By now you probably already heard that the U.S. Citizenship and Immigration Services (USCIS) published a new version of the Form I-9. Beginning on September 18, 2017, employers are required to start using the revised form with a revision date of 07/17/17 N and continue to follow existing storage and retention rules for any previously completed Form I-9. While the changes are subtle, failure to comply by the September 18 deadline, or the Immigration and Nationality Act (INA) in general, can be costly to your bottom line. This was recently illustrated in the case DLS Precision Fab LLC v. U.S. Immigration & Customs Enforcement, 2017 WL 3378997. I-9 Changes Overview[1]: Revisions to the Form 1-9 instructions:
Lesson of a Rouge HR Director and Noncompliance:
DLS, a company in Arizona, is in the business of providing custom sheet metal fabrication. In the late 2000s, it experienced an expansion in labor force growing to about 200 employees.
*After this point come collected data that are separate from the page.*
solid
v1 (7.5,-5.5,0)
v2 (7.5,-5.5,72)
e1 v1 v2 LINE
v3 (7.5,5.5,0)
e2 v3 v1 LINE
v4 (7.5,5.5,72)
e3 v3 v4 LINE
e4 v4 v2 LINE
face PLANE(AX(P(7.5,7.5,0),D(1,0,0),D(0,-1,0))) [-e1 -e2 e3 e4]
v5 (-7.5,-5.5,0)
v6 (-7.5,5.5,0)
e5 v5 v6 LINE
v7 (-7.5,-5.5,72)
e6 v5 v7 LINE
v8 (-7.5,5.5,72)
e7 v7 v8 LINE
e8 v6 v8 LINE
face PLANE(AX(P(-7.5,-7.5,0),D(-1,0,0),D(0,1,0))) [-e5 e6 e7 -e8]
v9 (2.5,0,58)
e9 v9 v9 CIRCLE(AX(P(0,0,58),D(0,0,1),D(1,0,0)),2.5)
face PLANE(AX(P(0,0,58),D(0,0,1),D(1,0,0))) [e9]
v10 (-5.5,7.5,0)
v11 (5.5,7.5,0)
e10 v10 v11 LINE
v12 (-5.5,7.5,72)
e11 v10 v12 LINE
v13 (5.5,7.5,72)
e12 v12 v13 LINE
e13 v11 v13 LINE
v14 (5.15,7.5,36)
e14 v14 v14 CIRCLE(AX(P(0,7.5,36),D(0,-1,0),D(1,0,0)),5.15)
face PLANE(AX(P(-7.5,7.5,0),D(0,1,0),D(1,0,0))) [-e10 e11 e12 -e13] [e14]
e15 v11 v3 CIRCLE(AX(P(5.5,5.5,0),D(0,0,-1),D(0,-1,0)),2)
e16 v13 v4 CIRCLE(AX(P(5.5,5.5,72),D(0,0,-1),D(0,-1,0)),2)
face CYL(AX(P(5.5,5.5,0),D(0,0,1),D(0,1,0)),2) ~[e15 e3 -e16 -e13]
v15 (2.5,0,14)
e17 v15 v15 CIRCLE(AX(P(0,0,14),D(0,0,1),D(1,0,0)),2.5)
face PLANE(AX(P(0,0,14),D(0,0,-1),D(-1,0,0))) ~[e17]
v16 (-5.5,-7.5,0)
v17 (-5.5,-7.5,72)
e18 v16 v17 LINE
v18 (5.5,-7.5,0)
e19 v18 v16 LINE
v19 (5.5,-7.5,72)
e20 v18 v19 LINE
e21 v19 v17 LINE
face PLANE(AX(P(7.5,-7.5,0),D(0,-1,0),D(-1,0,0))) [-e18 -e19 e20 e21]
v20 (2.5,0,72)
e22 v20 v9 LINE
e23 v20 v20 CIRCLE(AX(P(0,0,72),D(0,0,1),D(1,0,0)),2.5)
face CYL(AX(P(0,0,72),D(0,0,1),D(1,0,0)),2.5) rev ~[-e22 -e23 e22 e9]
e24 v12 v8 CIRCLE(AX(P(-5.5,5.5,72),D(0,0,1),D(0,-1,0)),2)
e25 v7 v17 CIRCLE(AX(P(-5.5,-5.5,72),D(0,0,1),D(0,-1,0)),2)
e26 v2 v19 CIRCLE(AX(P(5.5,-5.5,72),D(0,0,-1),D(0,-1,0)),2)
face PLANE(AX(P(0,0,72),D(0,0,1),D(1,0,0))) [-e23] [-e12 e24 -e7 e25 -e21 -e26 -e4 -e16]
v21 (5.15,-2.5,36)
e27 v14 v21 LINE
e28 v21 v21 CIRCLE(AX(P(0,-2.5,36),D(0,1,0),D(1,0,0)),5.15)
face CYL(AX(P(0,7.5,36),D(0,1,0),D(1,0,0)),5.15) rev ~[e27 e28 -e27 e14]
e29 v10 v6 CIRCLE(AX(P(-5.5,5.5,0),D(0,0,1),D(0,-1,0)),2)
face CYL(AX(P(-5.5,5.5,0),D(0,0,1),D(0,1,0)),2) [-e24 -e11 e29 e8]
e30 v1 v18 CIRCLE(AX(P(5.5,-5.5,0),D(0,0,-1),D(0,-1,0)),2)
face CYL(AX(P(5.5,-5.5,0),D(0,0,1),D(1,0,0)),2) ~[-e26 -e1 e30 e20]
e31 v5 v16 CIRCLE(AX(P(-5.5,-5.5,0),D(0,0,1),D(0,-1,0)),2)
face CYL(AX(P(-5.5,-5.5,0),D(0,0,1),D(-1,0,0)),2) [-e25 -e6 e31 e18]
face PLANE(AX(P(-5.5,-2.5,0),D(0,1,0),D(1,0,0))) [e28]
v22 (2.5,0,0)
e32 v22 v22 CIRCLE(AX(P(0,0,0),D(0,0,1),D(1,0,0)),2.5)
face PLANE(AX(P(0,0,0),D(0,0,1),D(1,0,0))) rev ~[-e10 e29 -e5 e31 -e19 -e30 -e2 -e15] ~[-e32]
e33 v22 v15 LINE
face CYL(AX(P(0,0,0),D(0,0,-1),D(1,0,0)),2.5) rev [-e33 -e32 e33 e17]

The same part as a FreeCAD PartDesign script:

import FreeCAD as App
import Part
import Sketcher
from FreeCAD import Vector
Q = App.Units.Quantity


def edges_at(feature, points):
    """Names of the edges that pass closest to the given points."""
    edges = feature.Shape.Edges
    near = lambda p: min(range(len(edges)), key=lambda i: edges[i].distToShape(Part.Vertex(*p))[0])
    return sorted({f"Edge{near(p) + 1}" for p in points})

doc = App.newDocument("Part")
body = doc.addObject("PartDesign::Body", "Body")

# Sketch on XY plane
sketch1 = body.newObject("Sketcher::SketchObject", "Sketch")
sketch1.AttachmentSupport = (doc.getObject("XY_Plane"), [""])
sketch1.MapMode = "FlatFace"
sketch1.addGeometry(Part.LineSegment(Vector(7.5, 7.5, 0), Vector(-7.5, 7.5, 0)), False)
sketch1.addGeometry(Part.LineSegment(Vector(-7.5, 7.5, 0), Vector(-7.5, -7.5, 0)), False)
sketch1.addGeometry(Part.LineSegment(Vector(-7.5, -7.5, 0), Vector(7.5, -7.5, 0)), False)
sketch1.addGeometry(Part.LineSegment(Vector(7.5, -7.5, 0), Vector(7.5, 7.5, 0)), False)
sketch1.addConstraint(Sketcher.Constraint("Coincident", 0, 2, 1, 1))
sketch1.addConstraint(Sketcher.Constraint("Coincident", 1, 2, 2, 1))
sketch1.addConstraint(Sketcher.Constraint("Coincident", 2, 2, 3, 1))
sketch1.addConstraint(Sketcher.Constraint("Coincident", 3, 2, 0, 1))
sketch1.addConstraint(Sketcher.Constraint("Horizontal", 0))
sketch1.addConstraint(Sketcher.Constraint("Vertical", 1))
sketch1.addConstraint(Sketcher.Constraint("Horizontal", 2))
sketch1.addConstraint(Sketcher.Constraint("Vertical", 3))
sketch1.addConstraint(Sketcher.Constraint("Symmetric", 0, 2, 2, 2, -1, 1))
sketch1.addConstraint(Sketcher.Constraint("Equal", 2, 1))
sketch1.addConstraint(Sketcher.Constraint("DistanceX", 0, 2, 0, 1, Q("15 mm")))
pad1 = body.newObject("PartDesign::Pad", "Pad")
pad1.Profile = sketch1
pad1.Length = 72

# Sketch on XY plane
sketch2 = body.newObject("Sketcher::SketchObject", "Sketch001")
sketch2.AttachmentSupport = (doc.getObject("XY_Plane"), [""])
sketch2.MapMode = "FlatFace"
sketch2.AttachmentOffset = App.Placement(Vector(0, 0, 72), App.Rotation())
sketch2.addGeometry(Part.Circle(Vector(0, 0, 0), Vector(0, 0, 1), 2.5), False)
sketch2.addConstraint(Sketcher.Constraint("Coincident", 0, 3, -1, 1))
sketch2.addConstraint(Sketcher.Constraint("Diameter", 0, Q("5 mm")))
pocket1 = body.newObject("PartDesign::Pocket", "Pocket")
pocket1.Profile = sketch2
pocket1.Length = 14
doc.recompute()

datumplane = body.newObject("PartDesign::Plane", "DatumPlane")
datumplane.AttachmentSupport = (doc.getObject("XY_Plane"), [""])
datumplane.MapMode = "FlatFace"
datumplane.AttachmentOffset = App.Placement(Vector(0, 0, 36), App.Rotation())
mirrored = body.newObject("PartDesign::Mirrored", "Mirrored")
mirrored.Originals = [pocket1]
mirrored.MirrorPlane = (datumplane, [""])
body.Tip = mirrored
doc.recompute()

fillet = body.newObject("PartDesign::Fillet", "Fillet")
fillet.Base = (mirrored, edges_at(mirrored, [
    (7.5, 7.5, 36),
    (-7.5, 7.5, 36),
    (7.5, -7.5, 36),
    (-7.5, -7.5, 36),
]))
fillet.Radius = 2

# Sketch on XZ plane
sketch3 = body.newObject("Sketcher::SketchObject", "Sketch002")
sketch3.AttachmentSupport = (doc.getObject("XZ_Plane"), [""])
sketch3.MapMode = "FlatFace"
sketch3.AttachmentOffset = App.Placement(Vector(0, 0, -7.5), App.Rotation())
sketch3.addGeometry(Part.Circle(Vector(0, 36, 0), Vector(0, 0, 1), 5.15), False)
sketch3.addConstraint(Sketcher.Constraint("PointOnObject", 0, 3, -2))
sketch3.addConstraint(Sketcher.Constraint("Diameter", 0, Q("10.3 mm")))
sketch3.addConstraint(Sketcher.Constraint("DistanceY", -1, 1, 0, 3, Q("36 mm")))
pocket2 = body.newObject("PartDesign::Pocket", "Pocket001")
pocket2.Profile = sketch3
pocket2.Length = 10
pocket2.Reversed = True

doc.recompute()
To deal with its larger workforce and ensure compliance with employment laws, DLS hired a well-credentialed human resource director. DLS would later discover that this individual shirked his responsibility to ensure the company’s compliance to the point “of literally stuffing the government’s correspondence in a drawer and never responding.” In 2009, DLS received notice of inspection from United States Immigration and Customs Enforcement (ICE). After reviewing DLS’s I-9 forms, ICE served notice of intent to fine. After requesting a hearing before an Administrative Law Judge (ALJ), ICE moved for summary decision as to liability for all six counts it filed against DLS. The ALJ granted ICE’s motion finding DLS liable for 504 of the 508 alleged violations (489 of which were I-9 paperwork violations and 15 involving continuation of employment of ineligible aliens), and assessed a civil penalty of $305,050. DLS petitioned the Ninth Circuit for review of the ALJ’s decision arguing that the “peculiar facts of this case” justify extending the good faith defense to substantive violations, because it attempted to comply by hiring an HR director. The court was not convinced and stated: DLS is not the first employer to hire an employee with the expectation that he or she will comply with the law only to be disappointed, nor is it likely to be the last. More broadly, DLS asks us to disregard the company’s responsibility for hiring and supervising its own employees. The HR director was acting as DLS’s agent, and his failure to perform his responsibilities may properly be imputed to DLS. The Ninth Circuit denied the company’s petition to review the ALJ’s conclusions, with the exception of finding one of the 504 violations as untimely under the applicable statute of limitations. Compliance with the INA, while tedious, is important and failure to abide by the subtle nuances can mean significant fines. The above case not only demonstrates this but also highlights the importance to having processes in place and the need for regular audits. Therefore, it is recommended that you secure an HR partner and utilize the right expertise to keep you compliant and to avoid legal action. [1] https://www.uscis.gov/i-9-central/whats-new Comments are closed.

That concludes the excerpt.